Quine-inspired ordered pairs and disjoint sums, for non-well-founded data
structures in ZF.  Does not precisely follow Quine's construction.  Thanks
to Thomas Forster for suggesting this approach!

W. V. Quine, On Ordered Pairs and Relations, in Selected Logic Papers,
1966.
*)

QPair = Sum +
consts
QPair     :: "[i, i] => i"               	("<(_;/ _)>")
qsplit    :: "[[i,i] => i, i] => i"
qfsplit   :: "[[i,i] => o, i] => o"
qconverse :: "i => i"
"@QSUM"   :: "[idt, i, i] => i"               ("(3QSUM _:_./ _)" 10)
" <*>"    :: "[i, i] => i"         		("(_ <*>/ _)" [81, 80] 80)
QSigma    :: "[i, i => i] => i"

"<+>"     :: "[i,i]=>i"      			(infixr 65)
QInl,QInr :: "i=>i"
qcase     :: "[i=>i, i=>i, i]=>i"

translations
"QSUM x:A. B"  => "QSigma(A, %x.

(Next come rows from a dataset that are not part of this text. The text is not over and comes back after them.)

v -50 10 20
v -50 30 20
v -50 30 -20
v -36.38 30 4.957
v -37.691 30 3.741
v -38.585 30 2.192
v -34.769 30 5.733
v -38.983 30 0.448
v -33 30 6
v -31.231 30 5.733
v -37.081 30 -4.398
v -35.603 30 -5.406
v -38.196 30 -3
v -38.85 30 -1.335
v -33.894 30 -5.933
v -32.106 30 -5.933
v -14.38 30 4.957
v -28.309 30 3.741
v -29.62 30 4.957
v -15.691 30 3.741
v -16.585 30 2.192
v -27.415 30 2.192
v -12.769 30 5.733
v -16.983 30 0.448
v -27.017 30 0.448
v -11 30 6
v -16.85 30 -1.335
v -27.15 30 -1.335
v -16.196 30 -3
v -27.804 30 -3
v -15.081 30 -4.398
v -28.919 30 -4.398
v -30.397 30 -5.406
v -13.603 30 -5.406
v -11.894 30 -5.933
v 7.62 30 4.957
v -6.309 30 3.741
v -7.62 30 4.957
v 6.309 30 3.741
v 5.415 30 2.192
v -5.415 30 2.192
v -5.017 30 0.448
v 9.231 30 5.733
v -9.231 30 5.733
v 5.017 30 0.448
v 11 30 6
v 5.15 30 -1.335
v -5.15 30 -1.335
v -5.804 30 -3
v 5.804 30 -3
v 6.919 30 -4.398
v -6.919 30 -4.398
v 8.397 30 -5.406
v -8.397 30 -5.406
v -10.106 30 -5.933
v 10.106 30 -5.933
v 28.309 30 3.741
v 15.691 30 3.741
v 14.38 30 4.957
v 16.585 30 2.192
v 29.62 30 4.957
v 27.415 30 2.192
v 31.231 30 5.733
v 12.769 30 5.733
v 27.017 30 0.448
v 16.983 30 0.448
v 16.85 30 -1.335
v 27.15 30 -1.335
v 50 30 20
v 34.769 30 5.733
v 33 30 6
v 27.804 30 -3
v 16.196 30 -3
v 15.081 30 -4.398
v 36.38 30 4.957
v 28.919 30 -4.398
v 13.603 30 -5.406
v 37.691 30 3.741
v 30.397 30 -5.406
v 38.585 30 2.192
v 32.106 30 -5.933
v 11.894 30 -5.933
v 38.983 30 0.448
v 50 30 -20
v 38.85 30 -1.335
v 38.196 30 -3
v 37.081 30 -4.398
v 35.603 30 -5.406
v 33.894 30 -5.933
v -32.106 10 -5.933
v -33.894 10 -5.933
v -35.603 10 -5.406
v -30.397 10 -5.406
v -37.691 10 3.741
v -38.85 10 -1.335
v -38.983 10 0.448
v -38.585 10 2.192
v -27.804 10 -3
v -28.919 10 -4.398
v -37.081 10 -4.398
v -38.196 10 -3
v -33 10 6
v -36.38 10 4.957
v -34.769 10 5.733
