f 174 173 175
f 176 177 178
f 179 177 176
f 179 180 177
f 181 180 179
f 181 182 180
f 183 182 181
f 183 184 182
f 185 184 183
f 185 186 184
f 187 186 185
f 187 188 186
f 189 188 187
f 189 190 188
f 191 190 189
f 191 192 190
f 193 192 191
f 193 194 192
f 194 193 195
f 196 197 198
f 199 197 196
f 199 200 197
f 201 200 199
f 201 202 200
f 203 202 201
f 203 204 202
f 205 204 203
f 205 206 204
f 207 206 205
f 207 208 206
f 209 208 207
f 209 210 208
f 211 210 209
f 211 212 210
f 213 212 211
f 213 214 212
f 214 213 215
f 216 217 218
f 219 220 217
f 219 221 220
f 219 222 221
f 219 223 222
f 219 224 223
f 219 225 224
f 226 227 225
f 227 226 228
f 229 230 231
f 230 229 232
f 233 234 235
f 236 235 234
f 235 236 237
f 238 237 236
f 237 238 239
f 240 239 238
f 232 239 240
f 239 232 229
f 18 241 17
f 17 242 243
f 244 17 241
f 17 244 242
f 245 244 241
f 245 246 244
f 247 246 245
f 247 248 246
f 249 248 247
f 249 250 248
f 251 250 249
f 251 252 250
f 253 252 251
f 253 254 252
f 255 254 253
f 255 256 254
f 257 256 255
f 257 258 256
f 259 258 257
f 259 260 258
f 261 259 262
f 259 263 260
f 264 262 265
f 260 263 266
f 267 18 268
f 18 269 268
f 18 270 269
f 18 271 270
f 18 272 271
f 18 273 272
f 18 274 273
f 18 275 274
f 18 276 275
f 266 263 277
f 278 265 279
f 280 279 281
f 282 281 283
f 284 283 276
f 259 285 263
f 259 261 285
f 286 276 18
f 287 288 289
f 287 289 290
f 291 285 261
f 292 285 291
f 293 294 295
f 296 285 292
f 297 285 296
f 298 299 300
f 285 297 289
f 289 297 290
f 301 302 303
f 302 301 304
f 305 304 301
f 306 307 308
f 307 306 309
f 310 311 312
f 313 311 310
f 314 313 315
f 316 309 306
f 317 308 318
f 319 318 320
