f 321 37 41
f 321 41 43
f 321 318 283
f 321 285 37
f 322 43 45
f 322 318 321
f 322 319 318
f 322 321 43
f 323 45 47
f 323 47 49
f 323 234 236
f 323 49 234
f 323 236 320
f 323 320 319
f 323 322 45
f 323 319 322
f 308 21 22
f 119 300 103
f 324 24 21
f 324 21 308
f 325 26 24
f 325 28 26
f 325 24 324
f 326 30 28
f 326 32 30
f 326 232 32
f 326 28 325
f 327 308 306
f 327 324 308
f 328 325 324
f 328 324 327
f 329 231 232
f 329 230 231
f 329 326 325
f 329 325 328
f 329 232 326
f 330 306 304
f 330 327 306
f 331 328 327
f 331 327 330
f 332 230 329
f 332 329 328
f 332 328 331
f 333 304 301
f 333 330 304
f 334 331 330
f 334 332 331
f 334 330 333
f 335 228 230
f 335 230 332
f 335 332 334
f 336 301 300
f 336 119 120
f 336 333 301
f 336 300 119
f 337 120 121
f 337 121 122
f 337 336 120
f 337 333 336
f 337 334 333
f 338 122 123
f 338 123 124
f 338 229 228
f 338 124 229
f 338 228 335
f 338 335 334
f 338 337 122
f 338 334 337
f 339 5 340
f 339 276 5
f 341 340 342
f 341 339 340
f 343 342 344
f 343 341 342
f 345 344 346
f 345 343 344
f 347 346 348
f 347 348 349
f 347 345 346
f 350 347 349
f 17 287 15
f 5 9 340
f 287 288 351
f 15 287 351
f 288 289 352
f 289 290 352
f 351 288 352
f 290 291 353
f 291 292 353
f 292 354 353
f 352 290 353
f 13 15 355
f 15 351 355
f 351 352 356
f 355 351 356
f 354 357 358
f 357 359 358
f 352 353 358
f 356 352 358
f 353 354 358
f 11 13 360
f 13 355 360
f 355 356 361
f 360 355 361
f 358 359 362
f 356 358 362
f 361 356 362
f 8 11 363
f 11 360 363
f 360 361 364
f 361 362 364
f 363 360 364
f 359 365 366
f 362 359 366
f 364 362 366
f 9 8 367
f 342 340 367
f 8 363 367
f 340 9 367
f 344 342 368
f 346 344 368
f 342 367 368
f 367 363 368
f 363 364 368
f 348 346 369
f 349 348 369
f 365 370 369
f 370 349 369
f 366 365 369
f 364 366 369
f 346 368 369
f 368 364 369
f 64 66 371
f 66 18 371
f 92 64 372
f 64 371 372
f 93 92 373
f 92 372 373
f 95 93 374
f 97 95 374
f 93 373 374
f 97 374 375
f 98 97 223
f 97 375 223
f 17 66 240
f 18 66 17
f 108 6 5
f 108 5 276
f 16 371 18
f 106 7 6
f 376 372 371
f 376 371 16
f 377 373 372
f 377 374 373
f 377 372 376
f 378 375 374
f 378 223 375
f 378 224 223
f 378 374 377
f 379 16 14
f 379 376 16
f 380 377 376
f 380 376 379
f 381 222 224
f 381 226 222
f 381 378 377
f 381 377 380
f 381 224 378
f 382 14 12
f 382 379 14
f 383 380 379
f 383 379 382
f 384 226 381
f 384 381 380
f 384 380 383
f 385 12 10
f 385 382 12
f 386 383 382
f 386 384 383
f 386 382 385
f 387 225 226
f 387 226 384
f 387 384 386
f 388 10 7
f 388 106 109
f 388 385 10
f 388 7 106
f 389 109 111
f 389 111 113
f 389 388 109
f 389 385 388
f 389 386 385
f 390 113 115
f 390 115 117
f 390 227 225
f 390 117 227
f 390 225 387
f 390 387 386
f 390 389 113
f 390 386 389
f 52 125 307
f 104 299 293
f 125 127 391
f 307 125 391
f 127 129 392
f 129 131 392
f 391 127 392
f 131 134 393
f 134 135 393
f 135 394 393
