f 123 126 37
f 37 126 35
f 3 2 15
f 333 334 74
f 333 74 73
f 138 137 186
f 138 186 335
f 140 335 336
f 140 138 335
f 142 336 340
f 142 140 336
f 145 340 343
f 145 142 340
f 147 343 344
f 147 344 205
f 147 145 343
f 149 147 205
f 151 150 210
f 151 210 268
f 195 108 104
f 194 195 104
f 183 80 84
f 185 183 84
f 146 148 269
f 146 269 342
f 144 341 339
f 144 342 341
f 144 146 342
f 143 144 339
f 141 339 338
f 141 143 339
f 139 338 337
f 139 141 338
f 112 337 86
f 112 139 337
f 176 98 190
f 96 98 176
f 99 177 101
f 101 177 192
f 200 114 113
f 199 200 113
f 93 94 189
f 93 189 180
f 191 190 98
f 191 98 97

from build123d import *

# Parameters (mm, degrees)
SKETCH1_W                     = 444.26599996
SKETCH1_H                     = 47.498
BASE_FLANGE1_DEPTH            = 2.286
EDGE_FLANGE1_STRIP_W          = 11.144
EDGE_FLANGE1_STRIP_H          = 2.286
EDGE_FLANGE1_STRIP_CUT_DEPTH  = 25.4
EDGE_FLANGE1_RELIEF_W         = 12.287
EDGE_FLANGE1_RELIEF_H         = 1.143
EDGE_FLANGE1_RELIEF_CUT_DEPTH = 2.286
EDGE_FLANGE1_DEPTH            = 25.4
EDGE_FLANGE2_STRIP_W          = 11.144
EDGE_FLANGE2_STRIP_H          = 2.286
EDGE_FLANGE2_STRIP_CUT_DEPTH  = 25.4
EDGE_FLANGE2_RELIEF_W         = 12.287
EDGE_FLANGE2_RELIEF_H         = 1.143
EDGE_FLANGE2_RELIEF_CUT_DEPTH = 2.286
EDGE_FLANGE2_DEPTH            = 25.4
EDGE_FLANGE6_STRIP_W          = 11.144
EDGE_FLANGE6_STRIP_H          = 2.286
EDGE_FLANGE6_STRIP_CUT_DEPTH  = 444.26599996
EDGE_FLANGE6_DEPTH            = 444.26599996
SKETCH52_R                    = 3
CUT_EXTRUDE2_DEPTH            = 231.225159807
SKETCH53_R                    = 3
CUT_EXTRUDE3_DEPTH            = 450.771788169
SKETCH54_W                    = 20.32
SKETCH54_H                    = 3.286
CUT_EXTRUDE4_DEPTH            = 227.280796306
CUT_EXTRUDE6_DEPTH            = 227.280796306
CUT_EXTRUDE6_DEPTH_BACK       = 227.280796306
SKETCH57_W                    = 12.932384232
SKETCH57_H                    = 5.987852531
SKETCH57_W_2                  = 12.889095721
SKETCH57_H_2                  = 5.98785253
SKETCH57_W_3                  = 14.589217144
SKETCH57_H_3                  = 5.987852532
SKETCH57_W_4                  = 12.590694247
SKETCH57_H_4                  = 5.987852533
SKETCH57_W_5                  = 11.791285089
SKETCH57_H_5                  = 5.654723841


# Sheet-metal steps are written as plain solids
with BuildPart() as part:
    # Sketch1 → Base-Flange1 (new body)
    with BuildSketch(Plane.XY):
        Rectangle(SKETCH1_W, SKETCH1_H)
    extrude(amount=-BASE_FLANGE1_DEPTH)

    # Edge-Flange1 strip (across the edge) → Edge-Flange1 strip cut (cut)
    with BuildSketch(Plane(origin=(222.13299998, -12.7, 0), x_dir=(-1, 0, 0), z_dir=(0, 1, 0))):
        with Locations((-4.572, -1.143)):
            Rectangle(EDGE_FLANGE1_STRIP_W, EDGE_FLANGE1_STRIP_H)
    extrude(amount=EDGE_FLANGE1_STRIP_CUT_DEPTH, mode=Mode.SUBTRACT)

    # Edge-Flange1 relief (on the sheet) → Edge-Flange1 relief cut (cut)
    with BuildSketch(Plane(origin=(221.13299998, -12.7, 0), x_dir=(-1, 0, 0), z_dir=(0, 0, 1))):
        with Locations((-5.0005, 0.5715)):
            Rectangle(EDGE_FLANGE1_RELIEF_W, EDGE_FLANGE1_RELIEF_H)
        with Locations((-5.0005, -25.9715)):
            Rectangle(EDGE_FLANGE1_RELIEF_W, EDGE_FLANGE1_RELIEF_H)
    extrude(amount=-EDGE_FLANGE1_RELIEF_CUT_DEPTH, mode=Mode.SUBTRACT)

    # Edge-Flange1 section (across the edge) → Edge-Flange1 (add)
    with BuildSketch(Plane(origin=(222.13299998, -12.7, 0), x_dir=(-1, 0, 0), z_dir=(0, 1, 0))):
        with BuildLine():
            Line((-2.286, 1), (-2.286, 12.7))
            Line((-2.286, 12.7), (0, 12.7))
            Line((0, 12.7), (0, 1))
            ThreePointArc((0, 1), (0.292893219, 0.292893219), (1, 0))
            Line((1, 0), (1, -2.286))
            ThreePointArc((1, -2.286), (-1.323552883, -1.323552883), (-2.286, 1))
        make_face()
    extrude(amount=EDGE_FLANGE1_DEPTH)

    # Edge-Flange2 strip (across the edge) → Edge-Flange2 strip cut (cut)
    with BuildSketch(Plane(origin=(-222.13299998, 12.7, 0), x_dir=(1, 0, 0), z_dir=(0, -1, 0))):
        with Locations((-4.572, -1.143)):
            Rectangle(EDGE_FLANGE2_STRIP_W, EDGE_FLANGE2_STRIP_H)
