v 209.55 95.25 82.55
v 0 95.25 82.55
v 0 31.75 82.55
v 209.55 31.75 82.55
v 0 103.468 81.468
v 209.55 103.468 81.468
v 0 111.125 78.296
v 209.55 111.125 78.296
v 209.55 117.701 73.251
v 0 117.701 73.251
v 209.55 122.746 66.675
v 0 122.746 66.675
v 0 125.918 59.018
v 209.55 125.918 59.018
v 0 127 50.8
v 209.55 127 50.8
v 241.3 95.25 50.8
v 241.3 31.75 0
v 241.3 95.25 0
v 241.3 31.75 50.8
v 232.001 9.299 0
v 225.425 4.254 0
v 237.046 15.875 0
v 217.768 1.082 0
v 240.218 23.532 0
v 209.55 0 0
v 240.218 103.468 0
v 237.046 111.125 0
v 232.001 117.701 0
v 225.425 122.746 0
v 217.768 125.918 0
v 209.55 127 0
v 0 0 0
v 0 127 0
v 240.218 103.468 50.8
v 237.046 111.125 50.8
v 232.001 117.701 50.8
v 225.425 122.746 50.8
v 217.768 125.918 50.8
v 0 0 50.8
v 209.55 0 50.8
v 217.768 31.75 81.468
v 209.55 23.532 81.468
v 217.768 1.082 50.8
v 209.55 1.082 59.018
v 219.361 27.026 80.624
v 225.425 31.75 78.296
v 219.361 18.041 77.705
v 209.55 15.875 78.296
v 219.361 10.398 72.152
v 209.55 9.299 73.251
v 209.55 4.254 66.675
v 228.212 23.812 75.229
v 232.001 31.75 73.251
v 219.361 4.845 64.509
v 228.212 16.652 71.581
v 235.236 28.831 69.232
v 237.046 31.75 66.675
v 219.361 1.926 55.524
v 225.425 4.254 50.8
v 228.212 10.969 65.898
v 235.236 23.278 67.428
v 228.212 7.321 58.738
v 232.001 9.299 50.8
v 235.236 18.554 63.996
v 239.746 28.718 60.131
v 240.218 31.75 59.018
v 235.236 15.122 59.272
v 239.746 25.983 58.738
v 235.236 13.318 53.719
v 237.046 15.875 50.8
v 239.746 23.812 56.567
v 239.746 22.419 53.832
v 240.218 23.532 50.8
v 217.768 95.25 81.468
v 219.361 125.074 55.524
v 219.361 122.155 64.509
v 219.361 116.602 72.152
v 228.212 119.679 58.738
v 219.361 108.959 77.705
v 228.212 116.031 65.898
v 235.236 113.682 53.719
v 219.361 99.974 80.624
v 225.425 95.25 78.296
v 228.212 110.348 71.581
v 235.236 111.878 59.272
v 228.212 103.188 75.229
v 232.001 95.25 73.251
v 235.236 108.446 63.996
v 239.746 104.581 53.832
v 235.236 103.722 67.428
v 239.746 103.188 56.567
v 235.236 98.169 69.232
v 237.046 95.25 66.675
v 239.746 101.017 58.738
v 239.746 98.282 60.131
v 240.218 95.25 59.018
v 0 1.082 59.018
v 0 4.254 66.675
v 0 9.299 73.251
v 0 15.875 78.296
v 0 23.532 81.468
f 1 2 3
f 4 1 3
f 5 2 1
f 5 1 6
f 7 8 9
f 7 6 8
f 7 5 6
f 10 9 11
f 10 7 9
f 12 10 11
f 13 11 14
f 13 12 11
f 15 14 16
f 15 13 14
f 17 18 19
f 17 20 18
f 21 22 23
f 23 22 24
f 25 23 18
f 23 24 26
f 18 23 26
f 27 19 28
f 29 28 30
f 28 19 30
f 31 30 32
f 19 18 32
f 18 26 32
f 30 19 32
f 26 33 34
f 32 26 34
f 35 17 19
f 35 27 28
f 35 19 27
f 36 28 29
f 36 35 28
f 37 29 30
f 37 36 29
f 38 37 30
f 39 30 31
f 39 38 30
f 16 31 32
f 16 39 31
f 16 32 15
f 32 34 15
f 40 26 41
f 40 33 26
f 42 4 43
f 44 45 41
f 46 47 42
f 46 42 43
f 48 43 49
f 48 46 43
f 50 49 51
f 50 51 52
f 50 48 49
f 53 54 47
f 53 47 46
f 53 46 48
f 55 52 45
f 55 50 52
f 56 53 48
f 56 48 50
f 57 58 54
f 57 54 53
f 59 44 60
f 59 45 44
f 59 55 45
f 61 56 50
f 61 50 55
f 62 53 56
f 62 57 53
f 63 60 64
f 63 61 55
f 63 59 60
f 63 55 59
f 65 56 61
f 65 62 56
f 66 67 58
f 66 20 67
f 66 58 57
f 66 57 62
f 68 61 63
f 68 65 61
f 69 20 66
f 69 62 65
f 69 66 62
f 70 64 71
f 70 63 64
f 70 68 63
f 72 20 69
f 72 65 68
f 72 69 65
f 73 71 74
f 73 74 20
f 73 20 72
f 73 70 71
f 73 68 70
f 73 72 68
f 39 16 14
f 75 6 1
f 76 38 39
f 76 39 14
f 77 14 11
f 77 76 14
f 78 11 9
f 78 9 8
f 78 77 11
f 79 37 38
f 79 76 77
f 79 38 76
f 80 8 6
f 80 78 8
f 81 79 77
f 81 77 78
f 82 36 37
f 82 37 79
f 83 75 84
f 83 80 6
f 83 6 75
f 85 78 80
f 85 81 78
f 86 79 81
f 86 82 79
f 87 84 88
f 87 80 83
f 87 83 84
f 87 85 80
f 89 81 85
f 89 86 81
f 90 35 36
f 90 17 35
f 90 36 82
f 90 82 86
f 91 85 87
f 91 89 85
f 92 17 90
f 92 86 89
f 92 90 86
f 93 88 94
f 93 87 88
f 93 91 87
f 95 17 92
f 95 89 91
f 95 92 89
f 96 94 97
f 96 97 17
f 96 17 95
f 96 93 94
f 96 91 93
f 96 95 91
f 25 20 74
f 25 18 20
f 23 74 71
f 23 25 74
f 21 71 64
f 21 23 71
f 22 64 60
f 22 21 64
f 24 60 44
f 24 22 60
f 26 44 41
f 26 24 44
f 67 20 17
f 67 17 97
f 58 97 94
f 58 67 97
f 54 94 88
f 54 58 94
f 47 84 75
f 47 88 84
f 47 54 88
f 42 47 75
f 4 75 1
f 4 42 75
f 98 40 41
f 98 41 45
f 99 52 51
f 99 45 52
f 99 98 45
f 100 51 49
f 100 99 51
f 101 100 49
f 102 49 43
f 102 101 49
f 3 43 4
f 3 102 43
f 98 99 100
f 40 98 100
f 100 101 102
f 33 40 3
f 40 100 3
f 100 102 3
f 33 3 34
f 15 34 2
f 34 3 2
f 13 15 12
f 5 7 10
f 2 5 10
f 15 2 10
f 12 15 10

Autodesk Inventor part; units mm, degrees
ref_plane "YZ Plane" through (0, 0, 0) normal (1, 0, 0) x (0, 1, 0)
ref_plane "XZ Plane" through (0, 0, 0) normal (0, 1, 0) x (-1, 0, 0)
ref_plane "XY Plane" through (0, 0, 0) normal (0, 0, 1) x (1, 0, 0)
sketch "Sketch1" plane through (0, 0, 0) normal (1, 0, 0) x (0, 1, 0)
  line L0 (0, 0) -> (127, 0)
  line L1 (127, 0) -> (127, 50.8)
  line L2 (0, 0) -> (0, 50.8)
  arc A0 (95.25, 82.55) -> (127, 50.8) centre (95.25, 50.8) ccw construction
  arc A1 (31.75, 82.55) -> (0, 50.8) centre (31.75, 50.8) ccw
  line L3 (95.25, 82.55) -> (31.75, 82.55)
  arc A2 (127, 50.8) -> (95.25, 82.55) centre (95.25, 50.8) ccw
  line L4 (127, 19.05) -> (0, 19.05) construction
  dimension "d0" = 127
  dimension "d1" = 63.5
  dimension "d2" = 19.05
extrude "Extrusion1" add sketch "Sketch1" along normal blind 241.3
fillet "Fillet1" radius 31.75 5 edges at (241.3, 117.7006, 73.2506) (241.3, 63.5, 82.55) (241.3, 9.2994, 73.2506) (241.3, 0, 25.4) (241.3, 127, 25.4)
properties part number "Front Bumper"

B)"
"A <*> B"      => "QSigma(A, _K(B))"

rules
QPair_def       "<a;b> == a+b"
qsplit_def      "qsplit(c,p)  == THE y. EX a b. p=<a;b> & y=c(a,b)"
qfsplit_def     "qfsplit(R,z) == EX x y. z=<x;y> & R(x,y)"
qconverse_def   "qconverse(r) == {z. w:r, EX x y. w=<x;y> & z=<y;x>}"
QSigma_def      "QSigma(A,B)  ==  UN x:A. UN y:B(x). {<x;y>}"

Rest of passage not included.